### WORK TO BE COMPLETED:
Print, from the listing below, the lines starting at the line containing "f 374 375 284" and ending at the line containing "f 7 298 299", exactly as they stand, and print nothing else.
*** Begin section ***
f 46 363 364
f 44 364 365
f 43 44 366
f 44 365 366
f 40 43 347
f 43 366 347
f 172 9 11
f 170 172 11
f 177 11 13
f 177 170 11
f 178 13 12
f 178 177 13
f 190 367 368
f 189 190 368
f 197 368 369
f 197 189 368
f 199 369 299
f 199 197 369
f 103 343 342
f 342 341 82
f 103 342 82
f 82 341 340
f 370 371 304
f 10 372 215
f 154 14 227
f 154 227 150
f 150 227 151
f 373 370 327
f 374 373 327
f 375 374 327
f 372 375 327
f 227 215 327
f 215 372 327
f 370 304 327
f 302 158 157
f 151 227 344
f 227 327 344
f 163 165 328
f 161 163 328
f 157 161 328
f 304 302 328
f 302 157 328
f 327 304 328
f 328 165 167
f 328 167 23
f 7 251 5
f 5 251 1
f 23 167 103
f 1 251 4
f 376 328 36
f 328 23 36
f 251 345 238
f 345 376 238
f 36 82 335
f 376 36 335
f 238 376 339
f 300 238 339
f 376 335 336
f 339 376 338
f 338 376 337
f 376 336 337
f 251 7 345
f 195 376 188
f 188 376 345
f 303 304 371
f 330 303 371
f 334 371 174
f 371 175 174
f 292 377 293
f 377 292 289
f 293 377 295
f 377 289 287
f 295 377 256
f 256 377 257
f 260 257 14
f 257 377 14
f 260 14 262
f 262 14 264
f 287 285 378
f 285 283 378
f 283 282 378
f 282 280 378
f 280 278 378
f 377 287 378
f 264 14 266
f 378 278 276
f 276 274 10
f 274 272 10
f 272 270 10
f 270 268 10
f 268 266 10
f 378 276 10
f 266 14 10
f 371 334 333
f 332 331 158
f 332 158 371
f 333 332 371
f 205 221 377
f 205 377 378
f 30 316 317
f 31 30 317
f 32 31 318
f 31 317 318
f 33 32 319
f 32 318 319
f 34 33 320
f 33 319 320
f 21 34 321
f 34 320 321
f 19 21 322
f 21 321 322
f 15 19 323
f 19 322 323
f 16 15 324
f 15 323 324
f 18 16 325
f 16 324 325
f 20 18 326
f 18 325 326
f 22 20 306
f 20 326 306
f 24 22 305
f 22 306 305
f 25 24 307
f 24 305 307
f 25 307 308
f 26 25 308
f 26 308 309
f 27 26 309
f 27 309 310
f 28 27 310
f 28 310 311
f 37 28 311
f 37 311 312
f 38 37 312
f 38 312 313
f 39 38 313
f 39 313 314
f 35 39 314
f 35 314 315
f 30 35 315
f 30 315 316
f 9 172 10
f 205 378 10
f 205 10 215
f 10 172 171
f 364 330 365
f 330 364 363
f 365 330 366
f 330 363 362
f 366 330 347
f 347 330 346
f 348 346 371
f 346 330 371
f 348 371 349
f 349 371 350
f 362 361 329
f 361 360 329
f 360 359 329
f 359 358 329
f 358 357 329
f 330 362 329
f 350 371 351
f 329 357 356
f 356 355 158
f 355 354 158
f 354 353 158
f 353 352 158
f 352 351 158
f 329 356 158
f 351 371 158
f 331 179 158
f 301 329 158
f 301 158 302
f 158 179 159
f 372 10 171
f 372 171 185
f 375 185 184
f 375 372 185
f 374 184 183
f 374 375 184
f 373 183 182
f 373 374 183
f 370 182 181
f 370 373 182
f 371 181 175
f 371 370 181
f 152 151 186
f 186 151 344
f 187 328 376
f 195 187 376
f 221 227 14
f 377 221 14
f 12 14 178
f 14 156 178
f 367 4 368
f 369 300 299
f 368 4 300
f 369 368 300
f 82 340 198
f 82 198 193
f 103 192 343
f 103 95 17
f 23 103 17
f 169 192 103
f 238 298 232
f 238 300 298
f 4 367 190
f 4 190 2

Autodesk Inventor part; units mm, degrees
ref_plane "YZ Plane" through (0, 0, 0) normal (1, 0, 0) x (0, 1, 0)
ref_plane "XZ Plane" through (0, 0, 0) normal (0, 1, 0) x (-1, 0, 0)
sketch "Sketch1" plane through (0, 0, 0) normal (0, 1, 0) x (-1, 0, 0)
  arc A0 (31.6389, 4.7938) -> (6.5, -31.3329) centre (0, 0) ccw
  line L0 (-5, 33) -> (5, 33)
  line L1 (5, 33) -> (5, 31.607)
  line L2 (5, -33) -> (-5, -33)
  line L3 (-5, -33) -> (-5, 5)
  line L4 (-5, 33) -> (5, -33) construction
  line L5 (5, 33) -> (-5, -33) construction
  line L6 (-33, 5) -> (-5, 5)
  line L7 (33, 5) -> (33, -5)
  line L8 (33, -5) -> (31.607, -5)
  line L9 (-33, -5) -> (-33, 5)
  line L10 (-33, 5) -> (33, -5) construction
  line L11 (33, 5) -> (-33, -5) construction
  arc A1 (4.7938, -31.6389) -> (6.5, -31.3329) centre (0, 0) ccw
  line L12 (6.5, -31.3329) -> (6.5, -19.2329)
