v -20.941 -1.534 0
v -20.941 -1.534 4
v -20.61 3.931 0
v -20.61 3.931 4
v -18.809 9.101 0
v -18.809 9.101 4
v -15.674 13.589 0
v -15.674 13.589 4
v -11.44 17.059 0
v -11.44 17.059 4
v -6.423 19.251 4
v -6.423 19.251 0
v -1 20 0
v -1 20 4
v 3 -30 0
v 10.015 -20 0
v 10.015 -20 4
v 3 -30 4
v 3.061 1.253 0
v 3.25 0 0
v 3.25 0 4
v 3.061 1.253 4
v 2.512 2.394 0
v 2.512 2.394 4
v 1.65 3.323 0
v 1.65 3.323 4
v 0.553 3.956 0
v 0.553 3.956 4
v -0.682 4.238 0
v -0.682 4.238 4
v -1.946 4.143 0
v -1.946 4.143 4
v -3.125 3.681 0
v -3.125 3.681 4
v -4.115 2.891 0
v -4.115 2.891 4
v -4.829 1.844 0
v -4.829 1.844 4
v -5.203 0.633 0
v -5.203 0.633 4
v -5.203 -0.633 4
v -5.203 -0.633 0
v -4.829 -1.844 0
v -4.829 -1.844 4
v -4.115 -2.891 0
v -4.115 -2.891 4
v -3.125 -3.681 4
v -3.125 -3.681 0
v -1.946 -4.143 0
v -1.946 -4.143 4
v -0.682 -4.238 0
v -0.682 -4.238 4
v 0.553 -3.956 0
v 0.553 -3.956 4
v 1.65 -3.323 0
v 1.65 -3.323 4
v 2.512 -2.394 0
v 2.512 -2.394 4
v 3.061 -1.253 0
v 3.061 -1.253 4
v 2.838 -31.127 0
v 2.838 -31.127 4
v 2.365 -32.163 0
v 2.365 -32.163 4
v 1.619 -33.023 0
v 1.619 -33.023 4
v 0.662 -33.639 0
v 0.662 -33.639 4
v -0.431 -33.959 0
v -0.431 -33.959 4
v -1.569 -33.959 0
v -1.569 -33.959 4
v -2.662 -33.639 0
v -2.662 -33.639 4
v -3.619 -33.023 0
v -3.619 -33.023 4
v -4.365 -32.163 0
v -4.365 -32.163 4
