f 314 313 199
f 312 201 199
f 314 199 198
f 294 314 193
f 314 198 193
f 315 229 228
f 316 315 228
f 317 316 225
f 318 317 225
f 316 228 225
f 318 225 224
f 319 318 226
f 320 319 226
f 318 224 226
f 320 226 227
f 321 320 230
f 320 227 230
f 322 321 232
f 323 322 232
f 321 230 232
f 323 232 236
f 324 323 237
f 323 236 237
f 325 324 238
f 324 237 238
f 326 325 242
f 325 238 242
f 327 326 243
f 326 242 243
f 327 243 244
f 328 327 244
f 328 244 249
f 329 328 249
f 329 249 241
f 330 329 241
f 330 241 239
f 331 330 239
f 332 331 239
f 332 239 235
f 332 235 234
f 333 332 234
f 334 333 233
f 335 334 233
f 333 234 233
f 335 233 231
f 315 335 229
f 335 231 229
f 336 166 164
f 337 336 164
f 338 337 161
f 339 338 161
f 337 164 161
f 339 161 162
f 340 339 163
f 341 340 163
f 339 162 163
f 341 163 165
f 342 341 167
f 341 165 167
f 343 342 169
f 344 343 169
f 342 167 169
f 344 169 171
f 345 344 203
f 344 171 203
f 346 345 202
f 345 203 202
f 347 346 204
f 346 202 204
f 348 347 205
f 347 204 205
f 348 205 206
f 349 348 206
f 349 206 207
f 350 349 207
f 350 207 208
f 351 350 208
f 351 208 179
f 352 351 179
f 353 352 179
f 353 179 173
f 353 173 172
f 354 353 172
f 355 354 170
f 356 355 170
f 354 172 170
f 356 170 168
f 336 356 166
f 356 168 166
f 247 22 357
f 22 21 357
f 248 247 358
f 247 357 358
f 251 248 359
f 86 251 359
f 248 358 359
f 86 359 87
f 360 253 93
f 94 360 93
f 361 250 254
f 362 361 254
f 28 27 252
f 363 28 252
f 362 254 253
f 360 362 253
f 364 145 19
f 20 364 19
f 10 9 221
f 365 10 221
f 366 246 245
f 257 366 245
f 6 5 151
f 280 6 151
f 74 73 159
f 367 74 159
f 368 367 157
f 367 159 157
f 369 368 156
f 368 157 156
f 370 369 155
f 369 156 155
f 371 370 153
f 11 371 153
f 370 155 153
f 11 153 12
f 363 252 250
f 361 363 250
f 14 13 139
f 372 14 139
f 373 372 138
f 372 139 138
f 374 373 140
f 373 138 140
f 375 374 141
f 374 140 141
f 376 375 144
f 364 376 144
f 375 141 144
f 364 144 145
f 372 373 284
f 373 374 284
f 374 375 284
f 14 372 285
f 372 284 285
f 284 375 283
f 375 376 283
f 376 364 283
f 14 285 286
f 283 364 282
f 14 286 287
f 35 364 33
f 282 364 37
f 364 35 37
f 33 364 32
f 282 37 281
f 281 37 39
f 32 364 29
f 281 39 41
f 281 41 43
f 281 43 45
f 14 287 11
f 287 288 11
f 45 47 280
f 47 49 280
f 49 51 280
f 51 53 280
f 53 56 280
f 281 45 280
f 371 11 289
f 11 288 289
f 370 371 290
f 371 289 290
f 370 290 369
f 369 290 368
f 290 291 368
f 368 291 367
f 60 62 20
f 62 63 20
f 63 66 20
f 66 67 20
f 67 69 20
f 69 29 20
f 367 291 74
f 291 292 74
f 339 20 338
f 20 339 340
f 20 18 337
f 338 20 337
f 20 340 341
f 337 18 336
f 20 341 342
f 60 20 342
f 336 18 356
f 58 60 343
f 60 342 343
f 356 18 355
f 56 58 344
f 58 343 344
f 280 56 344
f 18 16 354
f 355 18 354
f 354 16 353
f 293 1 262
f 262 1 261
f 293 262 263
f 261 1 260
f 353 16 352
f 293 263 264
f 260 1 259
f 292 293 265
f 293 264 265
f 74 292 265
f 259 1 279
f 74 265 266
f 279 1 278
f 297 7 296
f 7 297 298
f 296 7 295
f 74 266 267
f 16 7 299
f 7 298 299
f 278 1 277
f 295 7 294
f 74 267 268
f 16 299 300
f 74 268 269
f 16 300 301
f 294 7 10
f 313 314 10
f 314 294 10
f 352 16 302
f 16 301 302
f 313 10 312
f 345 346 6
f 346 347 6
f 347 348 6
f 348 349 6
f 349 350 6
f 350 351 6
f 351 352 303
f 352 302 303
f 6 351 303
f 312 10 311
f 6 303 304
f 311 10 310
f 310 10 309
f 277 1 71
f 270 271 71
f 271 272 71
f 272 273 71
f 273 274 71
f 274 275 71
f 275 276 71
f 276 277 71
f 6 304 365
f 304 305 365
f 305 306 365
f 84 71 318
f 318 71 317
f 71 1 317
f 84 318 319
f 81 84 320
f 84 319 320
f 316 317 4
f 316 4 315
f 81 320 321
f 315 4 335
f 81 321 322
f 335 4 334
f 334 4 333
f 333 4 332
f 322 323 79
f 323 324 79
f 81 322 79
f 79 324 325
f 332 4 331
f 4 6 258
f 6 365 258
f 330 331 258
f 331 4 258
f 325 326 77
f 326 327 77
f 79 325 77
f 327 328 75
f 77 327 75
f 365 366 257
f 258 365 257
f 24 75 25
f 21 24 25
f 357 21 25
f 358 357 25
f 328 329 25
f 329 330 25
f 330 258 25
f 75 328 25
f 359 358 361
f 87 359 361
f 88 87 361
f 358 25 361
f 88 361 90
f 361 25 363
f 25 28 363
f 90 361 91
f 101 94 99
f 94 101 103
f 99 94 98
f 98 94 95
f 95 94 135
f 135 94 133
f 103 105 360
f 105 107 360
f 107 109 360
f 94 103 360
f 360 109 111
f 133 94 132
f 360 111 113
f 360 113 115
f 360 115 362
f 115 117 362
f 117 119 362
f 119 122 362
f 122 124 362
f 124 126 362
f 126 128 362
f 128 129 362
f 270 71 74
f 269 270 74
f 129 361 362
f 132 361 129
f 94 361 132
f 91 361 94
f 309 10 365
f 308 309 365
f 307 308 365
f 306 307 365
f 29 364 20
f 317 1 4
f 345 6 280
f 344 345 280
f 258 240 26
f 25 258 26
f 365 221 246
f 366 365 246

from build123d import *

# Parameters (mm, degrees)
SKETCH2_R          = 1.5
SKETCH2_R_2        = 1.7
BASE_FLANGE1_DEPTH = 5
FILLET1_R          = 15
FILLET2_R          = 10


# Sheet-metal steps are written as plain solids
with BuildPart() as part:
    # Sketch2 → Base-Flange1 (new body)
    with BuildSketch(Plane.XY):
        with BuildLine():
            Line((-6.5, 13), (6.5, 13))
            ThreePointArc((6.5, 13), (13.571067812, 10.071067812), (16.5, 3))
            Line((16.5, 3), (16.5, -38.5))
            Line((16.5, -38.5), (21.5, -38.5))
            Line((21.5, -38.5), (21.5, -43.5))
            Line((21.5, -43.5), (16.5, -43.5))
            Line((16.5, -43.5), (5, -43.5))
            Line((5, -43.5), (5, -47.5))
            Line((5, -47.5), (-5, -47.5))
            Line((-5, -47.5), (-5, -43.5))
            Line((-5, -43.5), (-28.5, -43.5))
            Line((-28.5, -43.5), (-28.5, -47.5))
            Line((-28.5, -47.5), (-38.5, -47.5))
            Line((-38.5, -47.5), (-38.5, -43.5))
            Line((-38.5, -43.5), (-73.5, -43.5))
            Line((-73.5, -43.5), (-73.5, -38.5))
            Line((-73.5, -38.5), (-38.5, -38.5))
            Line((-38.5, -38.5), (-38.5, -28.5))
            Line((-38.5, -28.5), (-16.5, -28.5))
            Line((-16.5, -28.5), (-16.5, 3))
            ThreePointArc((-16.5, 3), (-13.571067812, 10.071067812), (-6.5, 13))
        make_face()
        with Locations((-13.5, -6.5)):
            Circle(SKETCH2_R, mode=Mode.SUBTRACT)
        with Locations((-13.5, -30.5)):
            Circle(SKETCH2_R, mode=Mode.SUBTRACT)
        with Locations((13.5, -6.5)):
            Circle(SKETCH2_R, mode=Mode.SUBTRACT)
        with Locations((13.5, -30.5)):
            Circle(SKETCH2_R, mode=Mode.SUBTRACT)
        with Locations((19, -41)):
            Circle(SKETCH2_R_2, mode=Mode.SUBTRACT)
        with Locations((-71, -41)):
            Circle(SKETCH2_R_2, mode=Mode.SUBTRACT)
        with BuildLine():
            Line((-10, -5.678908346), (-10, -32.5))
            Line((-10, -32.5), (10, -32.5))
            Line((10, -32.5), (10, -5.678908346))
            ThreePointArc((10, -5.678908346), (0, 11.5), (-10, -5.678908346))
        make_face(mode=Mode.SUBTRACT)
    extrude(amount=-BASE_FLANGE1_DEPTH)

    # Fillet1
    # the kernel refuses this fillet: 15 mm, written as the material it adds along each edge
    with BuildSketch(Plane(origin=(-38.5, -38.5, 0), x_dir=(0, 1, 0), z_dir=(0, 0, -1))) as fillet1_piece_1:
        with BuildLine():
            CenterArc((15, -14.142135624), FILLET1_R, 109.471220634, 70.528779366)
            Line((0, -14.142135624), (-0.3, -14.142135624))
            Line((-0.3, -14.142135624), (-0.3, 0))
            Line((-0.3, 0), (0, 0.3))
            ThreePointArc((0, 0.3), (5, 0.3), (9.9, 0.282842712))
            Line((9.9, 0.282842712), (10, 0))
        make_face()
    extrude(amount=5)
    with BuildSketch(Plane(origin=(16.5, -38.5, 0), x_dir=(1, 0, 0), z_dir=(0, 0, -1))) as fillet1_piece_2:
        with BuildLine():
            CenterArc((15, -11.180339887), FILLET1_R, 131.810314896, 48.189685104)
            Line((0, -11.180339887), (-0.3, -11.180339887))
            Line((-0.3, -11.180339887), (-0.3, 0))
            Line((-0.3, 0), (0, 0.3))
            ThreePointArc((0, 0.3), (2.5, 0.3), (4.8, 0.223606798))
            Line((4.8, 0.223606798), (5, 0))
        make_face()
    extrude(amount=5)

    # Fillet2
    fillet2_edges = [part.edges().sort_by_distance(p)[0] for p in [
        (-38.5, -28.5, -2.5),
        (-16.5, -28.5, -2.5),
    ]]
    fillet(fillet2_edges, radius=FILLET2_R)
*** End section ***
### YOUR RESPONSE:
f 374 375 284
f 14 372 285
f 372 284 285
f 284 375 283
f 375 376 283
f 376 364 283
f 14 285 286
f 283 364 282
f 14 286 287
f 35 364 33
f 282 364 37
f 364 35 37
f 33 364 32
f 282 37 281
f 281 37 39
f 32 364 29
f 281 39 41
f 281 41 43
f 281 43 45
f 14 287 11
f 287 288 11
f 45 47 280
f 47 49 280
f 49 51 280
f 51 53 280
f 53 56 280
f 281 45 280
f 371 11 289
f 11 288 289
f 370 371 290
f 371 289 290
f 370 290 369
f 369 290 368
f 290 291 368
f 368 291 367
f 60 62 20
f 62 63 20
f 63 66 20
f 66 67 20
f 67 69 20
f 69 29 20
f 367 291 74
f 291 292 74
f 339 20 338
f 20 339 340
f 20 18 337
f 338 20 337
f 20 340 341
f 337 18 336
f 20 341 342
f 60 20 342
f 336 18 356
f 58 60 343
f 60 342 343
f 356 18 355
f 56 58 344
f 58 343 344
f 280 56 344
f 18 16 354
f 355 18 354
f 354 16 353
f 293 1 262
f 262 1 261
f 293 262 263
f 261 1 260
f 353 16 352
f 293 263 264
f 260 1 259
f 292 293 265
f 293 264 265
f 74 292 265
f 259 1 279
f 74 265 266
f 279 1 278
f 297 7 296
f 7 297 298
f 296 7 295
f 74 266 267
f 16 7 299
f 7 298 299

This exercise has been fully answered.